Action item -
Read the entries below and pull out each line with the string "CONE".

Input for this task -
Start of Block

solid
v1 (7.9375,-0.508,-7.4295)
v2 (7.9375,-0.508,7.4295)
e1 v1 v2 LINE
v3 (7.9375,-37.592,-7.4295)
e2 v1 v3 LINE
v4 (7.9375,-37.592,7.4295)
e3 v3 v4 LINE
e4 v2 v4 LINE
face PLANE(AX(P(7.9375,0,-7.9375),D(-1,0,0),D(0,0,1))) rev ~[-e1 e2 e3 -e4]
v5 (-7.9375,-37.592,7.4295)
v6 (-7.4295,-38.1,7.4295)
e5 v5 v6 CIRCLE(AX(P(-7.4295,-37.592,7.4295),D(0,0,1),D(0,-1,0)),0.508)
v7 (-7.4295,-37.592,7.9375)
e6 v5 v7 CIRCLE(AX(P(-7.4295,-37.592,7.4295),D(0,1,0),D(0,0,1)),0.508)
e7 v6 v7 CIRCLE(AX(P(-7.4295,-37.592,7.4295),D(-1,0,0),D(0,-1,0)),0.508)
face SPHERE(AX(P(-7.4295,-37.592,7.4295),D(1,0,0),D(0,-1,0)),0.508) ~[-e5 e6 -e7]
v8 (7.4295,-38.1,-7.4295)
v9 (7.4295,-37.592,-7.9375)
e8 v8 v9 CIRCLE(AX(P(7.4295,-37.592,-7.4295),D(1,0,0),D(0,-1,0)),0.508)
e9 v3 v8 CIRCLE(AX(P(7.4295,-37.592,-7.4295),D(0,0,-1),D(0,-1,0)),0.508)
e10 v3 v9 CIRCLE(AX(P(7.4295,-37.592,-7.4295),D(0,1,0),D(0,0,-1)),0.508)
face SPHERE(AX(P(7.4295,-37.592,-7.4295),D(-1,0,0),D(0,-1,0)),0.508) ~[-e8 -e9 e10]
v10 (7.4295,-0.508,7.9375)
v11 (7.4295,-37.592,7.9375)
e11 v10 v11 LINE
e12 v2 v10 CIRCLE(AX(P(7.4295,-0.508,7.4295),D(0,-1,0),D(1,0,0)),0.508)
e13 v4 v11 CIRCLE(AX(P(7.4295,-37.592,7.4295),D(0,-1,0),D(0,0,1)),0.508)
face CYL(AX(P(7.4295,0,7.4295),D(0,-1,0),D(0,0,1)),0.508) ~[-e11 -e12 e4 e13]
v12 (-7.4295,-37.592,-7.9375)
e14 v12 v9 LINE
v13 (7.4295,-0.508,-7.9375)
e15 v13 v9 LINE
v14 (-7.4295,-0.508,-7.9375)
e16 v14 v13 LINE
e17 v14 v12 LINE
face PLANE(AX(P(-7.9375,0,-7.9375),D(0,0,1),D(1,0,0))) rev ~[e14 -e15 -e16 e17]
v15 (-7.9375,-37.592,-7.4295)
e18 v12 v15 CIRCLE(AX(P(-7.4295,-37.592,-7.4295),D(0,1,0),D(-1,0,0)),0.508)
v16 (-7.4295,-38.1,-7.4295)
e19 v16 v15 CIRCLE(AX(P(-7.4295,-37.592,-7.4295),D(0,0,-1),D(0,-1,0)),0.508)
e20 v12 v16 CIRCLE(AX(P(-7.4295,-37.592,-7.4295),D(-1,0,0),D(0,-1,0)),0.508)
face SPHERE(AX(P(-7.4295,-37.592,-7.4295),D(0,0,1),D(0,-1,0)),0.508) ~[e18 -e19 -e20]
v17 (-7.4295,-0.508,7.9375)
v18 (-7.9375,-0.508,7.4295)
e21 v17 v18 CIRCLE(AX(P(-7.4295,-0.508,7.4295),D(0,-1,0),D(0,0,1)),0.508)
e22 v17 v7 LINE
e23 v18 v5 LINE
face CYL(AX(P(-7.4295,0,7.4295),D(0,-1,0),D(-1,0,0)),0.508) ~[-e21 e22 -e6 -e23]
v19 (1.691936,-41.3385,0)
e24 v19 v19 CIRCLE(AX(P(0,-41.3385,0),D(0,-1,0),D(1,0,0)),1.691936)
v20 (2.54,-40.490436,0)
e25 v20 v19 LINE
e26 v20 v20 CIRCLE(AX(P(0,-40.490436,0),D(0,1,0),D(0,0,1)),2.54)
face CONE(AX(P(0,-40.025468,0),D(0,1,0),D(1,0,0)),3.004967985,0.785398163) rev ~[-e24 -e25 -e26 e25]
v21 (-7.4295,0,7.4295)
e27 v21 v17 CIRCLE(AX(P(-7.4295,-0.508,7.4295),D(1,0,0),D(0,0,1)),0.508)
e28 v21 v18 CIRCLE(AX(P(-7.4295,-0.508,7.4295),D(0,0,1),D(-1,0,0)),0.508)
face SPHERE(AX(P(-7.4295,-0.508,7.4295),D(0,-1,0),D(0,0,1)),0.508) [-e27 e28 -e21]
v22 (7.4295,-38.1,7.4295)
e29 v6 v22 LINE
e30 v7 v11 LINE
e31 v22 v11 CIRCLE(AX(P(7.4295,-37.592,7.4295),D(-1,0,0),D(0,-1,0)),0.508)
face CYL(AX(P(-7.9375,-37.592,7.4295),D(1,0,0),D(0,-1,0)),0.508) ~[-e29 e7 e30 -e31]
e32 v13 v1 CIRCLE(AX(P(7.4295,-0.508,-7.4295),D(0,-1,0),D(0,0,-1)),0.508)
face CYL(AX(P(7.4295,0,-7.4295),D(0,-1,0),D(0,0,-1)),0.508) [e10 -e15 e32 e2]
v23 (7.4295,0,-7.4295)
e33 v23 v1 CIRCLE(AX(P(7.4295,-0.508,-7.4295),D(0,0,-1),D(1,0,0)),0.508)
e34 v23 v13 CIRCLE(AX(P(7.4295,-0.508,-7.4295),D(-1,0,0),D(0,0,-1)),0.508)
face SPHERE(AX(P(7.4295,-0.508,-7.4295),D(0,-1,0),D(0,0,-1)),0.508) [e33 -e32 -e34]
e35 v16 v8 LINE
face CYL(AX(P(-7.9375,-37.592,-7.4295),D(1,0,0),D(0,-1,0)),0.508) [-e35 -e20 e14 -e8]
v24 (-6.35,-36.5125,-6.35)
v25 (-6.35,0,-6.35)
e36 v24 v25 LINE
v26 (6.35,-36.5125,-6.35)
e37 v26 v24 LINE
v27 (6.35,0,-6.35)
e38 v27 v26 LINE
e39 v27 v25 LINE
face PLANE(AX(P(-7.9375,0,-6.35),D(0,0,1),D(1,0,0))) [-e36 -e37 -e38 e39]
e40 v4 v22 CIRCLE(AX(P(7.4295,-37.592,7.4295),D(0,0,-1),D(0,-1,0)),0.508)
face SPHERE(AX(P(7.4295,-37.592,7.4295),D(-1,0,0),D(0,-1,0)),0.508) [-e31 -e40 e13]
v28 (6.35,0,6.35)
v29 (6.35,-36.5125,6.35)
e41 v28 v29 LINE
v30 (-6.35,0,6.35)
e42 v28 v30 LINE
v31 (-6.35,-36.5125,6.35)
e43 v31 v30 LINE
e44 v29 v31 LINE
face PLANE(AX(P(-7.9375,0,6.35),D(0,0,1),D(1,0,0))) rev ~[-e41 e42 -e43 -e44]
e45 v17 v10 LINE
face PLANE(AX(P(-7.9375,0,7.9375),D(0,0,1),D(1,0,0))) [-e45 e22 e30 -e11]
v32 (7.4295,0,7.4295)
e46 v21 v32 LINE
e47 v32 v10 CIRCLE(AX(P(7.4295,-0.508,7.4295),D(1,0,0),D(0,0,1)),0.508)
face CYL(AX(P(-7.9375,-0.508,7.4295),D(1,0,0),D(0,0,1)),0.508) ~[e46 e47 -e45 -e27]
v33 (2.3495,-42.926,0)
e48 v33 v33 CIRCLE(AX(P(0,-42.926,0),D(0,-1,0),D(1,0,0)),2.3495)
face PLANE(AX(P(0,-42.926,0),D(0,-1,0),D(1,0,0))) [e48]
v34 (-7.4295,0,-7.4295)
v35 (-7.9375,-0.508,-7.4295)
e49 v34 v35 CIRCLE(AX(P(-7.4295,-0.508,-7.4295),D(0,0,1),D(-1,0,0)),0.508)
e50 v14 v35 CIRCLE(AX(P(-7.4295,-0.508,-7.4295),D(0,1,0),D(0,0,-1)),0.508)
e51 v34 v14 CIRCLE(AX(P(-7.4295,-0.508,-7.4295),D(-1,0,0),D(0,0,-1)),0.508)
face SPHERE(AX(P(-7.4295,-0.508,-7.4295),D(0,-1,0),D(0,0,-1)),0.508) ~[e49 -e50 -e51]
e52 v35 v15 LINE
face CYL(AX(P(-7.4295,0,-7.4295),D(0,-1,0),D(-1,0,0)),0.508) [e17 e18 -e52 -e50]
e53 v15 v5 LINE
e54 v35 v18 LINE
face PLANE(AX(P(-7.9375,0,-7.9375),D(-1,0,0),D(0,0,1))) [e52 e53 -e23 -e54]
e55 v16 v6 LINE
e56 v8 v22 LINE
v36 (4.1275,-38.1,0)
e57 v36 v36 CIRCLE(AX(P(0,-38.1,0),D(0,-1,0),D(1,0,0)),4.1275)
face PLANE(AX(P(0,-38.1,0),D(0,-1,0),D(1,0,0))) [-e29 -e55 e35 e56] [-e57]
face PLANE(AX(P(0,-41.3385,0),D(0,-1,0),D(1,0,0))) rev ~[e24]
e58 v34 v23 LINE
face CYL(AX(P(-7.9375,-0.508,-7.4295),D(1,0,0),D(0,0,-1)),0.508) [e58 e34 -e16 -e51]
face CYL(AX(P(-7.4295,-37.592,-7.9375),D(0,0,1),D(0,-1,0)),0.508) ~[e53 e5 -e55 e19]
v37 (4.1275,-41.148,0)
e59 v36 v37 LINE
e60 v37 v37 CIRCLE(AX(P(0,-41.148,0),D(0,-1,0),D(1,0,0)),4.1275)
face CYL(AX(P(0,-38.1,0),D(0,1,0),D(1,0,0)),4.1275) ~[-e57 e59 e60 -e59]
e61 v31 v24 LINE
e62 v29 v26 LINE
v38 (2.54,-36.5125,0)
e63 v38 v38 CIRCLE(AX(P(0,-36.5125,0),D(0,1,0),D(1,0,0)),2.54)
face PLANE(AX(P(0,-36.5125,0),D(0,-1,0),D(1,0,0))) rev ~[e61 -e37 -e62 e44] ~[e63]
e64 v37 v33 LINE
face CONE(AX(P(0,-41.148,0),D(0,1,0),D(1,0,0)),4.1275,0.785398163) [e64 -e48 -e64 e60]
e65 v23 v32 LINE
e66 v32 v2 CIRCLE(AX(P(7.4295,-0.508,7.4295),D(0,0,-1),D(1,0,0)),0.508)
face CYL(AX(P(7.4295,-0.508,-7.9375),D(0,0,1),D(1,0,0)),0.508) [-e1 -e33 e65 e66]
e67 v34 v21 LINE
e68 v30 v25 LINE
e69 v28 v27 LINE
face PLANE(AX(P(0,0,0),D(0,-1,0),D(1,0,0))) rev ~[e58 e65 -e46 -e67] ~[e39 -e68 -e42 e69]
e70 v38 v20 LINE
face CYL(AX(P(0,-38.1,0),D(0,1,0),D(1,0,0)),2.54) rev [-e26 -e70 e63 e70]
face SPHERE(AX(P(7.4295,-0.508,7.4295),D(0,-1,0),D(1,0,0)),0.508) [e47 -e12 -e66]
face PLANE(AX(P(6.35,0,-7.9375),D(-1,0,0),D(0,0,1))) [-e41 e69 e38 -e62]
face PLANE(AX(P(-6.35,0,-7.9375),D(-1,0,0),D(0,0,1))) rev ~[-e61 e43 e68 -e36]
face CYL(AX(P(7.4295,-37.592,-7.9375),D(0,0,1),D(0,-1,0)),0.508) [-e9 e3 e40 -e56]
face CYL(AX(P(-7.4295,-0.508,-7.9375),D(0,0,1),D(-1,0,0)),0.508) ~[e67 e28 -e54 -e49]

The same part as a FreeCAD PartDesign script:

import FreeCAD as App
import Part
import Sketcher

V = App.Vector
Q = App.Units.Quantity


def edges_at(feature, points):
    """Names of the edges that pass closest to the given points."""
    edges = feature.Shape.Edges
    near = lambda p: min(range(len(edges)), key=lambda i: edges[i].distToShape(Part.Vertex(*p))[0])
    return sorted({f"Edge{near(p) + 1}" for p in points})


def faces_at(feature, points):
    """Names of the faces that lie closest to the given points."""
    faces = feature.Shape.Faces
    near = lambda p: min(range(len(faces)), key=lambda i: faces[i].distToShape(Part.Vertex(*p))[0])
    return sorted({f"Face{near(p) + 1}" for p in points})

doc = App.newDocument("Part")
body = doc.addObject("PartDesign::Body", "Body")

sketch1 = body.newObject("Sketcher::SketchObject", "Sketch")
sketch1.AttachmentSupport = (doc.getObject("XZ_Plane"), [""])
sketch1.MapMode = "FlatFace"
sketch1.addGeometry(Part.LineSegment(V(-8, 8, 0), V(-8, -8, 0)), False)
sketch1.addGeometry(Part.LineSegment(V(-8, -8, 0), V(8, -8, 0)), False)
sketch1.addGeometry(Part.LineSegment(V(8, -8, 0), V(8, 8, 0)), False)
sketch1.addGeometry(Part.LineSegment(V(8, 8, 0), V(-8, 8, 0)), False)
sketch1.addConstraint(Sketcher.Constraint("Coincident", 0, 2, 1, 1))
sketch1.addConstraint(Sketcher.Constraint("Coincident", 1, 2, 2, 1))
sketch1.addConstraint(Sketcher.Constraint("Coincident", 2, 2, 3, 1))
sketch1.addConstraint(Sketcher.Constraint("Coincident", 3, 2, 0, 1))
sketch1.addConstraint(Sketcher.Constraint("Vertical", 0))
sketch1.addConstraint(Sketcher.Constraint("Horizontal", 1))
sketch1.addConstraint(Sketcher.Constraint("Vertical", 2))
sketch1.addConstraint(Sketcher.Constraint("Horizontal", 3))
sketch1.addConstraint(Sketcher.Constraint("Symmetric", 0, 2, 2, 2, -1, 1))
sketch1.addConstraint(Sketcher.Constraint("Equal", 3, 0))
sketch1.addConstraint(Sketcher.Constraint("DistanceX", 1, 1, 1, 2, Q("0.625 in")))
pad1 = body.newObject("PartDesign::Pad", "Pad")
pad1.Profile = sketch1
pad1.Length = Q("1.5 in")

sketch2 = body.newObject("Sketcher::SketchObject", "Sketch001")
sketch2.AttachmentSupport = (doc.getObject("XZ_Plane"), [""])
sketch2.MapMode = "FlatFace"
sketch2.AttachmentOffset = App.Placement(V(0, 0, 1.5 * 25.4), App.Rotation())
sketch2.addGeometry(Part.Circle(V(0, 0, 0), V(0, 0, 1), 4.1), False)
sketch2.addConstraint(Sketcher.Constraint("Coincident", 0, 3, -1, 1))
sketch2.addConstraint(Sketcher.Constraint("Diameter", 0, Q("0.325 in")))
pad2 = body.newObject("PartDesign::Pad", "Pad001")
pad2.Profile = sketch2
pad2.Length = Q("0.19 in")
doc.recompute()

chamfer = body.newObject("PartDesign::Chamfer", "Chamfer")
chamfer.Base = (pad2, edges_at(pad2, [(-4.128, -42.926, 0)]))
chamfer.Size = Q("0.07 in")
doc.recompute()

thickness = body.newObject("PartDesign::Thickness", "Thickness")
thickness.Base = (chamfer, faces_at(chamfer, [(0, 0, 0)]))
thickness.Value = Q("0.0625 in")
thickness.Reversed = True
thickness.Join = "Intersection"
doc.recompute()

fillet = body.newObject("PartDesign::Fillet", "Fillet")
fillet.Base = (thickness, edges_at(thickness, [
    (0, -38.1, 7.938),
    (-7.938, -38.1, 0),
    (0, -38.1, -7.938),
    (7.938, -38.1, 0),
    (-7.938, -19.05, 7.938),
    (-7.938, -19.05, -7.938),
    (7.938, -19.05, 7.938),
    (7.938, -19.05, -7.938),
    (0, 0, -7.938),
    (7.938, 0, 0),
    (0, 0, 7.938),
    (-7.938, 0, 0),
]))
fillet.Radius = Q("0.02 in")

doc.recompute()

End of Block

Response box -
face CONE(AX(P(0,-40.025468,0),D(0,1,0),D(1,0,0)),3.004967985,0.785398163) rev ~[-e24 -e25 -e26 e25]
face CONE(AX(P(0,-41.148,0),D(0,1,0),D(1,0,0)),4.1275,0.785398163) [e64 -e48 -e64 e60]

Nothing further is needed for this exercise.